AIBA, the governing body for Olympic boxing, has received recommendations from the World Anti-Doping Agency (WADA) to improve its anti-doping programme. AIBA representatives met with WADA at the end of last year as part of a ‘Partnership to Quality’ programme. WADA subsequently issued a report to bring AIBA’s anti-doping programme up to international standard.
“We can confirm that an operational delegation from WADA met with AIBA’s anti-doping administrators over two days on 11-14 December 2015 as part of WADA’s Partnership to Quality Program. This program, which was initiated earlier in 2015 – the year of the coming into force of the 2015 World Anti-Doping Code – goes above and beyond WADA’s daily support of International Federations (IFs) and other Anti-Doping Organizations (ADOs) and is intended to assist the participating IFs more closely in developing Code-compliant anti-doping programs,” a WADA spokesperson said. “Following this visit, as is the case with all visits of this program (a dozen to date), WADA provided AIBA with a report a few weeks later, which included in particular recommendations of improvements and enhancements of the IF anti-doping program in order for the IF to meet the Code and International Standards’ requirements.”

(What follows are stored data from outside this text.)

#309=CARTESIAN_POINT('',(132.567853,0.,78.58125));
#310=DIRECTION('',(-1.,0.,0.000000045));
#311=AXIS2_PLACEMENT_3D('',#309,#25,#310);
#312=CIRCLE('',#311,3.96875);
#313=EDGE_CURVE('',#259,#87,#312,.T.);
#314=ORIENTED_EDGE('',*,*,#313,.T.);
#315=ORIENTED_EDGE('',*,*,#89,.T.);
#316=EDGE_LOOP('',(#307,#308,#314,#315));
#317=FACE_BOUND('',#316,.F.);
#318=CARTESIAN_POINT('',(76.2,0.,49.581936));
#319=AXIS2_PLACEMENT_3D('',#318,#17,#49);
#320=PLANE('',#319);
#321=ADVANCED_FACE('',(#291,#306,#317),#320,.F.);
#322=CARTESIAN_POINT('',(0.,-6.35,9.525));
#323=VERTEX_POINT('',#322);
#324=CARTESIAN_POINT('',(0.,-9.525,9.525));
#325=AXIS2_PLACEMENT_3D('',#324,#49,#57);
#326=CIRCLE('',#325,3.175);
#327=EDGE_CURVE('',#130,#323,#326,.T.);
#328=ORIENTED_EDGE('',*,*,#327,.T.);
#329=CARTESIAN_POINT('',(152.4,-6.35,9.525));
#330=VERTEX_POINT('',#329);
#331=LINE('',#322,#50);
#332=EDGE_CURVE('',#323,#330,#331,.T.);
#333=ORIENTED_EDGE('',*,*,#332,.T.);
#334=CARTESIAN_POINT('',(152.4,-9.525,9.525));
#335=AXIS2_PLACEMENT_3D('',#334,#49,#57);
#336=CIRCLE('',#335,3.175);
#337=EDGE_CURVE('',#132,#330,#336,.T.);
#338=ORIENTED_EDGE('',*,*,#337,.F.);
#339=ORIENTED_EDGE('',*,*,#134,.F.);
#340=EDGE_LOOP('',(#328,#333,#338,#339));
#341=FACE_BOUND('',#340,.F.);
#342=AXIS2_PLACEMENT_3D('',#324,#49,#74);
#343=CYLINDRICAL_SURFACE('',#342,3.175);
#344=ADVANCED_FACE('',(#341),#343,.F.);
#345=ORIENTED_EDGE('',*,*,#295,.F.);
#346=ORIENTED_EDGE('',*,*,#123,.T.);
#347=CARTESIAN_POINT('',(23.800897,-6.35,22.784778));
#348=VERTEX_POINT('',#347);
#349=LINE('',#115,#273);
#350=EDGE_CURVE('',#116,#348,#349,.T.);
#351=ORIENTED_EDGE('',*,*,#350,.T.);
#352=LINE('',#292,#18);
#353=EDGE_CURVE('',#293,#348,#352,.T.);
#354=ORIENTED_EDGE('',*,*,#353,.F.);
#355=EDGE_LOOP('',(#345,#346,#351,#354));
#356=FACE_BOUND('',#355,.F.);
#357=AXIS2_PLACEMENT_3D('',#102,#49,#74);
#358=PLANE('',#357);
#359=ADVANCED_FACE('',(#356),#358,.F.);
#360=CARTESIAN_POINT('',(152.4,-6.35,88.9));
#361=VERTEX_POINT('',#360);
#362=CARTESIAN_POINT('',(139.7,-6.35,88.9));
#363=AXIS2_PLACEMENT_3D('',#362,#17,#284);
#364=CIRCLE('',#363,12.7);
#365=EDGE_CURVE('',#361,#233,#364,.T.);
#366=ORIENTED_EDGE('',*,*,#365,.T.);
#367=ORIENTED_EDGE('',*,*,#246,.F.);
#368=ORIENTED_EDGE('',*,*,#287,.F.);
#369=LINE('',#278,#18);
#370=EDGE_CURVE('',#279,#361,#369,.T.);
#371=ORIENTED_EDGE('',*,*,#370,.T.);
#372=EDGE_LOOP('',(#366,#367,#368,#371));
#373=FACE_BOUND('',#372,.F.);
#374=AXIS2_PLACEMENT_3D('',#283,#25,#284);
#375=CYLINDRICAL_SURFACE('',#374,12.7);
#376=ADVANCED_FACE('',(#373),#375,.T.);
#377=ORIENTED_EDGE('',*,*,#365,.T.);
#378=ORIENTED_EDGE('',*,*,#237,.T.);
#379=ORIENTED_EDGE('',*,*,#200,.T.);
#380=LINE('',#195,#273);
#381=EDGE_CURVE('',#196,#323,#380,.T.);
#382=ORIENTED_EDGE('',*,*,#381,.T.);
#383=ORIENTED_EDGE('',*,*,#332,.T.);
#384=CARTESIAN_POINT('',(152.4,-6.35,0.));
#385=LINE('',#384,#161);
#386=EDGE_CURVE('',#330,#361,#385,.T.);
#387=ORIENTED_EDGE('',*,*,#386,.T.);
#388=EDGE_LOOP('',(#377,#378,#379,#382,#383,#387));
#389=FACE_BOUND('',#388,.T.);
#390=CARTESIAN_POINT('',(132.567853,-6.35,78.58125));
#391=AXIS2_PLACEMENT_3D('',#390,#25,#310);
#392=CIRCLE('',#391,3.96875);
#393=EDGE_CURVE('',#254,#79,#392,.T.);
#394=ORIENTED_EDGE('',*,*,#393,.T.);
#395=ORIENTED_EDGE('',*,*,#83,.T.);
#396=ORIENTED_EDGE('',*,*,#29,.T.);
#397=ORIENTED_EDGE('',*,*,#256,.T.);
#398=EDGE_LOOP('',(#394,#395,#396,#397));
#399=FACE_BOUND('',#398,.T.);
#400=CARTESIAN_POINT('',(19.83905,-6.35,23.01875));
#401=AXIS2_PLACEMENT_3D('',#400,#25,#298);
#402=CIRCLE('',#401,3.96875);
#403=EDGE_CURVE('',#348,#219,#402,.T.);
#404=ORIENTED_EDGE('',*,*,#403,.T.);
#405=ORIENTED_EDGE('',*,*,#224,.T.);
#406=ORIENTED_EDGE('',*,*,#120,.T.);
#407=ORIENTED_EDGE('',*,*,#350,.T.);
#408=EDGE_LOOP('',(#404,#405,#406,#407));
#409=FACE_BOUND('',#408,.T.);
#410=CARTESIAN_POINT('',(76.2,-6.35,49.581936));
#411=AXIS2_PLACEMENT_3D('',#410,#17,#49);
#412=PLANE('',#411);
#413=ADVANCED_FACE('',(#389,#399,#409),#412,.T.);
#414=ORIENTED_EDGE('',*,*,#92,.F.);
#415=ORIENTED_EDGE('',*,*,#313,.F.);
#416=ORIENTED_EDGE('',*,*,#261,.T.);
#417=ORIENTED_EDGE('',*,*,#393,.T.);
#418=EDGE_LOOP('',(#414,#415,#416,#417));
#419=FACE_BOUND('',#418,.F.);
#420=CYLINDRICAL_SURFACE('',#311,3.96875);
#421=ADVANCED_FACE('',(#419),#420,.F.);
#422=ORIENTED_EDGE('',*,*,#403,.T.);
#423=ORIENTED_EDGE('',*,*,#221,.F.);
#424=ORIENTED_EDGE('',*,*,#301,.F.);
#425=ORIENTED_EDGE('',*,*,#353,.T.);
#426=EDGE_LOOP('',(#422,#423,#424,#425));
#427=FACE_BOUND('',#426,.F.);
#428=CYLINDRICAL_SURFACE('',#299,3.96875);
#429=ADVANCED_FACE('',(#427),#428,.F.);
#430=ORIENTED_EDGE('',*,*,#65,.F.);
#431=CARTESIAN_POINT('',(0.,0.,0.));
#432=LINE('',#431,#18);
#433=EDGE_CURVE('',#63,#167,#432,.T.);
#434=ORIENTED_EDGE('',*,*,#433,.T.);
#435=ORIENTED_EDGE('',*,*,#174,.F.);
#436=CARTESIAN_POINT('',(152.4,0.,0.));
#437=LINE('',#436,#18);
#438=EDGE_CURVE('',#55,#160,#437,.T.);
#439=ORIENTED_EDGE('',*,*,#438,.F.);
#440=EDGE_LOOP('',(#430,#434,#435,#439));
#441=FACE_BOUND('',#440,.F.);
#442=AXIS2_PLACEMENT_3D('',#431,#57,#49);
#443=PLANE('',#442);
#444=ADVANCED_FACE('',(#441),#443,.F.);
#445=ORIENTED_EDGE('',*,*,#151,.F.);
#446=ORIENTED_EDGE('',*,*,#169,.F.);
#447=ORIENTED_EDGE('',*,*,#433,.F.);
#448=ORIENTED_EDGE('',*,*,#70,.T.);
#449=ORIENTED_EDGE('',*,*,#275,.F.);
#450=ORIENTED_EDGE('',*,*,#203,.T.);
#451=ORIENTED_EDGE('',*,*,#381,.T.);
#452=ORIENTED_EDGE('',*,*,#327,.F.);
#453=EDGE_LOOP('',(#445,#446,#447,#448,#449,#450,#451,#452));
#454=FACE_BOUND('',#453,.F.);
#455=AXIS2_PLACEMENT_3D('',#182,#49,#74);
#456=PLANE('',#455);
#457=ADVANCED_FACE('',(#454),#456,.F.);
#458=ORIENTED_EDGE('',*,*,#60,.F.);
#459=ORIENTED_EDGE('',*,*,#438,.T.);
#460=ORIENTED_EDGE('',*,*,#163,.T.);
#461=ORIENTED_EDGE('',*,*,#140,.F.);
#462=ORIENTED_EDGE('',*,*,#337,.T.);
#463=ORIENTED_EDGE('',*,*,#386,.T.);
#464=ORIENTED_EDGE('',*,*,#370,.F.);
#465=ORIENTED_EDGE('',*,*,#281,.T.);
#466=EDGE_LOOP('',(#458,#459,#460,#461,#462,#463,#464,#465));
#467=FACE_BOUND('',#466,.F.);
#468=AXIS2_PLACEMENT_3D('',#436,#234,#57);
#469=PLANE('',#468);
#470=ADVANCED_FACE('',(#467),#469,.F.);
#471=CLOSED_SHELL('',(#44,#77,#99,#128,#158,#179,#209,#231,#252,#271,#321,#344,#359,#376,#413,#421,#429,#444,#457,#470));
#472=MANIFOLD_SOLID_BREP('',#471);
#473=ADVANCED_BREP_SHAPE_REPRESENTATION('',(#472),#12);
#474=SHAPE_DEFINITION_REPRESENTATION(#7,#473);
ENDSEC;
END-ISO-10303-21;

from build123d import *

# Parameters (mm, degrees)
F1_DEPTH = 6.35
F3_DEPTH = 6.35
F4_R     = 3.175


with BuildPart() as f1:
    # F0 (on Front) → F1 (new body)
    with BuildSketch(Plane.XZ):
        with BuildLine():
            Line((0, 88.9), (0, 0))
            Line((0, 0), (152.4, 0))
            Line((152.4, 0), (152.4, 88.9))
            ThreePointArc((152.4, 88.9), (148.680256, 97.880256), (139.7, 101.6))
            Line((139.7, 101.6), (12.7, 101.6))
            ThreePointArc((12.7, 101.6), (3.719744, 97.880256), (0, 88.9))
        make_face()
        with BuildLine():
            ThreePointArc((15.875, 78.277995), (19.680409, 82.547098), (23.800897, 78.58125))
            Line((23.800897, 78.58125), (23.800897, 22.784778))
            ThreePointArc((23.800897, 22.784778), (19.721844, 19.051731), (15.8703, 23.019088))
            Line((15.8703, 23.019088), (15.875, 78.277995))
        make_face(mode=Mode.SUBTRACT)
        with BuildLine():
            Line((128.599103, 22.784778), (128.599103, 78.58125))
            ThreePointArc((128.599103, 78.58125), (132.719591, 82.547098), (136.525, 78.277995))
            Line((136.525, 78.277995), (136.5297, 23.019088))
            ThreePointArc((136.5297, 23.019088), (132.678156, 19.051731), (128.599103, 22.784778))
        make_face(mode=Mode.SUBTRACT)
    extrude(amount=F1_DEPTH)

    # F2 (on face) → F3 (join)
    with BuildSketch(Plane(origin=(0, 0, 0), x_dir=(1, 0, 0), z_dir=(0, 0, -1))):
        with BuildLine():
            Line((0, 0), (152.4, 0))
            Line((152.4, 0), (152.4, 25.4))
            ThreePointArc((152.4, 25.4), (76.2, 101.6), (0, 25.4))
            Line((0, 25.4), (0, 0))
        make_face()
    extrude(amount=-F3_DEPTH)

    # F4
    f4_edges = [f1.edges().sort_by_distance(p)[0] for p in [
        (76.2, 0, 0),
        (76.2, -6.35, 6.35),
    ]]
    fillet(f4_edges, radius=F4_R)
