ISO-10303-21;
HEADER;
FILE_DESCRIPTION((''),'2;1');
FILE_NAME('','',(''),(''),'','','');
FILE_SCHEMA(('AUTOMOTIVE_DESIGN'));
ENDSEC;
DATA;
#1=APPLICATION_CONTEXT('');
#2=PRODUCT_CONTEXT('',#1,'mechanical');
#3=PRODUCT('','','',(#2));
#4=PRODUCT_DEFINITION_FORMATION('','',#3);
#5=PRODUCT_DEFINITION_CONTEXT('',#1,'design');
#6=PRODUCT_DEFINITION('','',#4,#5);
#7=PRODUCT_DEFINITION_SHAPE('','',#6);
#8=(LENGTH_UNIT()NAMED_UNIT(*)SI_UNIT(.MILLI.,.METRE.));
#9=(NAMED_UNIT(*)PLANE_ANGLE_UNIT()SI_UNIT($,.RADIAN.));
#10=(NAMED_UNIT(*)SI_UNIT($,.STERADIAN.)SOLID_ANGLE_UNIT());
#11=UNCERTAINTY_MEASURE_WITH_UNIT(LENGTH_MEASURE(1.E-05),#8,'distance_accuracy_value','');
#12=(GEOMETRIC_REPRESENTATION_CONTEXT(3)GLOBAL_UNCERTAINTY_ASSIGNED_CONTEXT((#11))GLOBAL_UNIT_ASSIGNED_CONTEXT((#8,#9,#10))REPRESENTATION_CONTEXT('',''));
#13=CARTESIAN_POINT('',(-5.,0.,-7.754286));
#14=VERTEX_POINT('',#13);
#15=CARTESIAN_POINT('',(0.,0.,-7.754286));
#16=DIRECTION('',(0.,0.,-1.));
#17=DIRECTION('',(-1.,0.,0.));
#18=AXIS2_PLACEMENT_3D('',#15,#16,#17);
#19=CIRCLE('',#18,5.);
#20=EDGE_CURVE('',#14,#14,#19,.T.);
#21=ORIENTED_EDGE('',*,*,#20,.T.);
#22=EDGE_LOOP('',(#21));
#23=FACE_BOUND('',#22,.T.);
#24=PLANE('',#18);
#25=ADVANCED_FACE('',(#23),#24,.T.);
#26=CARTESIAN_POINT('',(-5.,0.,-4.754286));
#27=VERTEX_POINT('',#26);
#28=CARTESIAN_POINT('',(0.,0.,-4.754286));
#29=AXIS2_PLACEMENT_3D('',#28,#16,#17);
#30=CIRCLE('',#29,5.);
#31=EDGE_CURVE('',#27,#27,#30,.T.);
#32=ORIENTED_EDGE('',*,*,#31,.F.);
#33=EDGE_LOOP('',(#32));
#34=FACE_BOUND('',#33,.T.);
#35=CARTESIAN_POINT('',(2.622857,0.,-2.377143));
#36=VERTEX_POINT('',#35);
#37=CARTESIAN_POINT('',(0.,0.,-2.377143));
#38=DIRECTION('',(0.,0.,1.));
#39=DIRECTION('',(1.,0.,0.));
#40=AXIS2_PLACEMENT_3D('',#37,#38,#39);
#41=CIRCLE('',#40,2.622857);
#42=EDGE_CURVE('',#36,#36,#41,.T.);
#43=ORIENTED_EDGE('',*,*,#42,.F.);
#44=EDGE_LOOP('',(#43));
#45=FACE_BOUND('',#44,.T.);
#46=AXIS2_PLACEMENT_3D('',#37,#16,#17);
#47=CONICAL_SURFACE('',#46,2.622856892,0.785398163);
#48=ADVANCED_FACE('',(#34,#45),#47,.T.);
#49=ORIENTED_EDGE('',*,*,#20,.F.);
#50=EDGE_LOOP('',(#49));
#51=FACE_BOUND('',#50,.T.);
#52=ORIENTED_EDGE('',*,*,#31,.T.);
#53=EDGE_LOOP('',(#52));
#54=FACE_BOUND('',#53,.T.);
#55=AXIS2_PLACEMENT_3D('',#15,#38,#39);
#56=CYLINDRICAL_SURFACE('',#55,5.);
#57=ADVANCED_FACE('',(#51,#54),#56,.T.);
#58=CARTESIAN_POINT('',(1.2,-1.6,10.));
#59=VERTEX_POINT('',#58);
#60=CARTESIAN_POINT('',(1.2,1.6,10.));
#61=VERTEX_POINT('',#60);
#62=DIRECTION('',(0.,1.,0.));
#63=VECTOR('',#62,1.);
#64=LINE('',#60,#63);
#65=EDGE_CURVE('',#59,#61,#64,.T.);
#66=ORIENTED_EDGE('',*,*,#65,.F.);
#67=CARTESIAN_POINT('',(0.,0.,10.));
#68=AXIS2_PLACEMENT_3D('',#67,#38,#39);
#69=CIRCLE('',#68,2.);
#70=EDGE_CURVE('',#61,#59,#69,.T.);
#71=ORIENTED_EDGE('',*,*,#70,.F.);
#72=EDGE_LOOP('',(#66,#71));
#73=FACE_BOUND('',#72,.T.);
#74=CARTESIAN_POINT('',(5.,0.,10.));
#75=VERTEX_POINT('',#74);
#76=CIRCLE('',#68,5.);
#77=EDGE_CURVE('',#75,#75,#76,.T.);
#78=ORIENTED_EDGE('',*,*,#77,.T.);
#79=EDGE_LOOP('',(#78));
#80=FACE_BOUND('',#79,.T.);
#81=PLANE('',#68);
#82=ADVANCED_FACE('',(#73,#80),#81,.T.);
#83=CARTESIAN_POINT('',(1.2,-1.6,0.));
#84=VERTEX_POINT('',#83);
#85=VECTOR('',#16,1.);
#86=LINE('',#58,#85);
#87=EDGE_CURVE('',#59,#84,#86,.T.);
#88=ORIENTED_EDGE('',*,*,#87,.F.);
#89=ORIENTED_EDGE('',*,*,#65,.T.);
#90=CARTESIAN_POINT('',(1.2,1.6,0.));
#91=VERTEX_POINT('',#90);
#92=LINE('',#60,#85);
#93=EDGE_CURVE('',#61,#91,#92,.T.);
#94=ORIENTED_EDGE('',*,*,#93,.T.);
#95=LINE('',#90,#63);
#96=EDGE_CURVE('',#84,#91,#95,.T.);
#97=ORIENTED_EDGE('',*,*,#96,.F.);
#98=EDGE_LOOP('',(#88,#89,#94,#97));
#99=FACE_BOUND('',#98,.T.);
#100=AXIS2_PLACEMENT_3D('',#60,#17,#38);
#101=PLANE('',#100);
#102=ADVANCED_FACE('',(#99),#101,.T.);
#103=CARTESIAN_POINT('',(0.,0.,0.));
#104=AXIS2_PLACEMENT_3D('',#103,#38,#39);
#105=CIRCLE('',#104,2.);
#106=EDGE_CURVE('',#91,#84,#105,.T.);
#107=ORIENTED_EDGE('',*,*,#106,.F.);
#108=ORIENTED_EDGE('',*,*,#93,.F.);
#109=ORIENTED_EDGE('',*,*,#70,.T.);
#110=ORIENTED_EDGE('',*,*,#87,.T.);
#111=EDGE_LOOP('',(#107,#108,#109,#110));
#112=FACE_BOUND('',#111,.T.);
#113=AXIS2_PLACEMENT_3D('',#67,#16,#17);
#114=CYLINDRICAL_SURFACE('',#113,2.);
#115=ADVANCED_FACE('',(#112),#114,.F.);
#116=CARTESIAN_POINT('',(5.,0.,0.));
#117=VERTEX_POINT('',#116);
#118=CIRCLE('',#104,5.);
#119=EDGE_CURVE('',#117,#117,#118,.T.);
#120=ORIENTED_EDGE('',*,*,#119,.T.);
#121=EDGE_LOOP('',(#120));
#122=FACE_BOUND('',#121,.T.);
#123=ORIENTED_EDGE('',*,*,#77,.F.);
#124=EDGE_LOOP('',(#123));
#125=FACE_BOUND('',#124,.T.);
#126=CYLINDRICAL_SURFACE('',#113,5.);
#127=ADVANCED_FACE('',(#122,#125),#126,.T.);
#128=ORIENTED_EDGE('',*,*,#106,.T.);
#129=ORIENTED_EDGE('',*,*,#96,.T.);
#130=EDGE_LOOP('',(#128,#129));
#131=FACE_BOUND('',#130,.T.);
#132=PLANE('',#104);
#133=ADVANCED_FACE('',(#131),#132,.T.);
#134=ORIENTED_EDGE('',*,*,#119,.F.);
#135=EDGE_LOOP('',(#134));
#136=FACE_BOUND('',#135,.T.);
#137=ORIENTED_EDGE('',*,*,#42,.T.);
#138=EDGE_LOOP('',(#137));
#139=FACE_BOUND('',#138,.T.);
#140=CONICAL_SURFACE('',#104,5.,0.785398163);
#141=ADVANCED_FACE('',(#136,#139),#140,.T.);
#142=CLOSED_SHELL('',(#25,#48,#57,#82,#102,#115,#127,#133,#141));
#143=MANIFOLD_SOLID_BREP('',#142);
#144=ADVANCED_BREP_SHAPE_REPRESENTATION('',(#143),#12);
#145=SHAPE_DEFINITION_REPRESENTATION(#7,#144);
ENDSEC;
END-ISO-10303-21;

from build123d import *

# Parameters (mm, degrees)
ESBO_O1_R                = 5
RESSALTO_EXTRUS_O1_DEPTH = 10
RESSALTO_EXTRUS_O3_START = 3
ESBO_O4_R                = 5
RESSALTO_EXTRUS_O3_DEPTH = 3


with BuildPart() as part:
    # Esboço1 → Ressalto-extrusão1 (new body)
    with BuildSketch(Plane.XY):
        Circle(ESBO_O1_R)
        with BuildLine():
            Line((1.2, 1.6), (1.2, -1.6))
            ThreePointArc((1.2, -1.6), (-2, 0), (1.2, 1.6))
        make_face(mode=Mode.SUBTRACT)
    extrude(amount=RESSALTO_EXTRUS_O1_DEPTH)

    # Esboço3 → Revolução1 (revolve)
    with BuildSketch(Plane(origin=(0, 0, 0), x_dir=(1, 0, 0), z_dir=(0, 1, 0))):
        Polygon((0, 0), (5, 0), (2.622856892, 2.377143108), (5, 4.754286215), (0, 4.754286215), align=None)
    revolve(axis=Axis((0, 0, 0), (0, 0, -1)))

    # Esboço4 → Ressalto-extrusão3 (add)
    with BuildSketch(Plane(origin=(0, 0, -4.754286215), x_dir=(-1, 0, 0), z_dir=(0, 0, -1)).offset(RESSALTO_EXTRUS_O3_START)):
        with Locations(Location((0, 0, 0), (0, 0, 180))):
            Circle(ESBO_O4_R)
    extrude(amount=-RESSALTO_EXTRUS_O3_DEPTH)


solid = part.part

This will now be an ongoing process for AIBA to work with WADA to become code compliant. “The focus of the Partnership to Quality Program is to identify areas of improvement and to support the IF in addressing them. This is a dynamic process, which includes a two-day visit as a starting point, but also involves regular follow-up contacts to ensure that the recommendations made by the WADA Team are put into practice by the IF. AIBA has started working on the implementation of these recommendations since receiving WADA’s report and follow-up has been conducted with AIBA since the issuance of the report to assist AIBA in prioritizing the recommendations and providing necessary guidance,” the spokesperson continued. “If WADA considers that there is no or too little follow-up from an IF – or any ADO – in terms of implementation and/or insufficient practice of the 2015 Code, it can bring up the case for review at any time to its independent Compliance Review Committee, which can in turn make recommendations to WADA’s Foundation Board. This has not happened with AIBA to date.”
It does seem unlikely that boxing could be barred from the Olympic Games. “In terms of the Olympics, WADA does not have the jurisdiction or the power to take such decisions,” the spokesperson said but noted, “When a signatory to the Code is declared non-compliant by WADA’s Foundation Board following recommendation from WADA’s independent Compliance Review Committee, WADA reports the decision and informs its stakeholders including the IOC – which has control over the Olympic Games – accordingly.”